■ **WHAT YOU NEED TO DO**
When the string "SUBTRACT" occurs in a line of the records, show that line.

■ **SOURCE MATERIAL**

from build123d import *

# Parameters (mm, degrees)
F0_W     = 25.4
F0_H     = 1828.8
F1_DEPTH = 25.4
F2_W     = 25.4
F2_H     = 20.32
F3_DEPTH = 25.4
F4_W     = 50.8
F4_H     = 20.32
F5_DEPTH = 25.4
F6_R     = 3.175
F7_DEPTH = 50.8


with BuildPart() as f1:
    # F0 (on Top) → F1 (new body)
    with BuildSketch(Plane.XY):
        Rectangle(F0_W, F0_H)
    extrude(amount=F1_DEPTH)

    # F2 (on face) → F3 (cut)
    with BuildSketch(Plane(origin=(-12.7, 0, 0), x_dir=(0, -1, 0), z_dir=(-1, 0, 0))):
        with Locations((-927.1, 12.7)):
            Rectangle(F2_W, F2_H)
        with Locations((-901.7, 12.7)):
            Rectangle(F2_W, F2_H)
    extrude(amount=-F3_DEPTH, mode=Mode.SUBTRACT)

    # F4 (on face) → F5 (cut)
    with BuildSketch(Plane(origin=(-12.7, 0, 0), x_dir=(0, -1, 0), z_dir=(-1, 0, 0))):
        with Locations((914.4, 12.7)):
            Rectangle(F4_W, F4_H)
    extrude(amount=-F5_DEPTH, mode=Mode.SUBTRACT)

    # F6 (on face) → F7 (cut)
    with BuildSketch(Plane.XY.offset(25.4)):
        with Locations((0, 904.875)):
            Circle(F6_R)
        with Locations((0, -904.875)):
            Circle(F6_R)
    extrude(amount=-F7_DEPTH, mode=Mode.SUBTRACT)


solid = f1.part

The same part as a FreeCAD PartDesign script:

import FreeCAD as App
import Part
import Sketcher
Q = App.Units.Quantity

doc = App.newDocument("Part")
body = doc.addObject("PartDesign::Body", "Body")

# Sketch on XY plane
sketch1 = doc.addObject("Sketcher::SketchObject", "Sketch")
body.addObject(sketch1)
sketch1.AttachmentSupport = (doc.XY_Plane, [""])
sketch1.MapMode = "FlatFace"
sketch1.addGeometry(Part.LineSegment(App.Vector(-13, 914, 0), App.Vector(-13, -914, 0)), False)
sketch1.addGeometry(Part.LineSegment(App.Vector(-13, -914, 0), App.Vector(13, -914, 0)), False)
sketch1.addGeometry(Part.LineSegment(App.Vector(13, -914, 0), App.Vector(13, 914, 0)), False)
sketch1.addGeometry(Part.LineSegment(App.Vector(13, 914, 0), App.Vector(-13, 914, 0)), False)
sketch1.addConstraint(Sketcher.Constraint("Coincident", 0, 2, 1, 1))
sketch1.addConstraint(Sketcher.Constraint("Coincident", 1, 2, 2, 1))
sketch1.addConstraint(Sketcher.Constraint("Coincident", 2, 2, 3, 1))
sketch1.addConstraint(Sketcher.Constraint("Coincident", 3, 2, 0, 1))
sketch1.addConstraint(Sketcher.Constraint("Vertical", 0))
sketch1.addConstraint(Sketcher.Constraint("Horizontal", 1))
sketch1.addConstraint(Sketcher.Constraint("Vertical", 2))
sketch1.addConstraint(Sketcher.Constraint("Horizontal", 3))
sketch1.addConstraint(Sketcher.Constraint("Symmetric", 0, 2, 2, 2, -1, 1))
sketch1.addConstraint(Sketcher.Constraint("DistanceX", 1, 1, 1, 2, Q("1 in")))
sketch1.addConstraint(Sketcher.Constraint("DistanceY", 0, 2, 0, 1, Q("72 in")))
pad1 = doc.addObject("PartDesign::Pad", "Pad")
body.addObject(pad1)
pad1.Profile = sketch1
pad1.Length = Q("1 in")

# Sketch on YZ plane
sketch2 = doc.addObject("Sketcher::SketchObject", "Sketch001")
body.addObject(sketch2)
sketch2.AttachmentSupport = (doc.YZ_Plane, [""])
sketch2.MapMode = "FlatFace"
sketch2.AttachmentOffset = App.Placement(App.Vector(0, 0, -0.5 * 25.4), App.Rotation())
sketch2.addGeometry(Part.LineSegment(App.Vector(940, 23, 0), App.Vector(940, 3, 0)), False)
sketch2.addGeometry(Part.LineSegment(App.Vector(940, 3, 0), App.Vector(889, 3, 0)), False)
sketch2.addGeometry(Part.LineSegment(App.Vector(889, 3, 0), App.Vector(889, 23, 0)), False)
sketch2.addGeometry(Part.LineSegment(App.Vector(889, 23, 0), App.Vector(940, 23, 0)), False)
sketch2.addConstraint(Sketcher.Constraint("Coincident", 0, 2, 1, 1))
sketch2.addConstraint(Sketcher.Constraint("Coincident", 1, 2, 2, 1))
sketch2.addConstraint(Sketcher.Constraint("Coincident", 2, 2, 3, 1))
sketch2.addConstraint(Sketcher.Constraint("Coincident", 3, 2, 0, 1))
sketch2.addConstraint(Sketcher.Constraint("Vertical", 0))
sketch2.addConstraint(Sketcher.Constraint("Horizontal", 1))
sketch2.addConstraint(Sketcher.Constraint("Vertical", 2))
sketch2.addConstraint(Sketcher.Constraint("Horizontal", 3))
sketch2.addConstraint(Sketcher.Constraint("DistanceX", 1, 2, 1, 1, Q("2 in")))
sketch2.addConstraint(Sketcher.Constraint("DistanceY", 0, 2, 0, 1, Q("0.8 in")))
sketch2.addConstraint(Sketcher.Constraint("DistanceX", -1, 1, 0, 2, Q("37 in")))
sketch2.addConstraint(Sketcher.Constraint("DistanceY", -1, 1, 0, 2, Q("0.1 in")))
pocket1 = doc.addObject("PartDesign::Pocket", "Pocket")
body.addObject(pocket1)
pocket1.Profile = sketch2
pocket1.Length = Q("1 in")
pocket1.Reversed = True

# Sketch on YZ plane
sketch3 = doc.addObject("Sketcher::SketchObject", "Sketch002")
body.addObject(sketch3)
sketch3.AttachmentSupport = (doc.YZ_Plane, [""])
sketch3.MapMode = "FlatFace"
sketch3.AttachmentOffset = App.Placement(App.Vector(0, 0, -0.5 * 25.4), App.Rotation())
sketch3.addGeometry(Part.LineSegment(App.Vector(-889, 23, 0), App.Vector(-889, 3, 0)), False)
sketch3.addGeometry(Part.LineSegment(App.Vector(-889, 3, 0), App.Vector(-940, 3, 0)), False)
sketch3.addGeometry(Part.LineSegment(App.Vector(-940, 3, 0), App.Vector(-940, 23, 0)), False)
sketch3.addGeometry(Part.LineSegment(App.Vector(-940, 23, 0), App.Vector(-889, 23, 0)), False)
sketch3.addConstraint(Sketcher.Constraint("Coincident", 0, 2, 1, 1))
sketch3.addConstraint(Sketcher.Constraint("Coincident", 1, 2, 2, 1))
sketch3.addConstraint(Sketcher.Constraint("Coincident", 2, 2, 3, 1))
sketch3.addConstraint(Sketcher.Constraint("Coincident", 3, 2, 0, 1))
sketch3.addConstraint(Sketcher.Constraint("Vertical", 0))
sketch3.addConstraint(Sketcher.Constraint("Horizontal", 1))
sketch3.addConstraint(Sketcher.Constraint("Vertical", 2))
sketch3.addConstraint(Sketcher.Constraint("Horizontal", 3))
sketch3.addConstraint(Sketcher.Constraint("DistanceX", 1, 2, 1, 1, Q("2 in")))
sketch3.addConstraint(Sketcher.Constraint("DistanceY", 0, 2, 0, 1, Q("0.8 in")))
sketch3.addConstraint(Sketcher.Constraint("DistanceX", 0, 2, -1, 1, Q("35 in")))
sketch3.addConstraint(Sketcher.Constraint("DistanceY", -1, 1, 0, 2, Q("0.1 in")))
pocket2 = doc.addObject("PartDesign::Pocket", "Pocket001")
body.addObject(pocket2)
pocket2.Profile = sketch3
pocket2.Length = Q("1 in")
pocket2.Reversed = True

# Sketch on XY plane
sketch4 = doc.addObject("Sketcher::SketchObject", "Sketch003")
body.addObject(sketch4)
sketch4.AttachmentSupport = (doc.XY_Plane, [""])
sketch4.MapMode = "FlatFace"
sketch4.AttachmentOffset = App.Placement(App.Vector(0, 0, 1 * 25.4), App.Rotation())
sketch4.addGeometry(Part.Circle(App.Vector(0, 904.9, 0), App.Vector(0, 0, 1), 3.2), False)
sketch4.addGeometry(Part.Circle(App.Vector(0, -904.9, 0), App.Vector(0, 0, 1), 3.2), False)
sketch4.addConstraint(Sketcher.Constraint("Equal", 0, 1))
sketch4.addConstraint(Sketcher.Constraint("Symmetric", 0, 3, 1, 3, -1, 1))
sketch4.addConstraint(Sketcher.Constraint("PointOnObject", 0, 3, -2))
sketch4.addConstraint(Sketcher.Constraint("Diameter", 0, Q("0.25 in")))
sketch4.addConstraint(Sketcher.Constraint("DistanceY", 1, 3, 0, 3, Q("71.25 in")))
pocket3 = doc.addObject("PartDesign::Pocket", "Pocket002")
body.addObject(pocket3)
pocket3.Profile = sketch4
pocket3.Length = Q("2 in")

doc.recompute()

■ **RESULT FOR THIS EXERCISE**
    extrude(amount=-F3_DEPTH, mode=Mode.SUBTRACT)
    extrude(amount=-F5_DEPTH, mode=Mode.SUBTRACT)
    extrude(amount=-F7_DEPTH, mode=Mode.SUBTRACT)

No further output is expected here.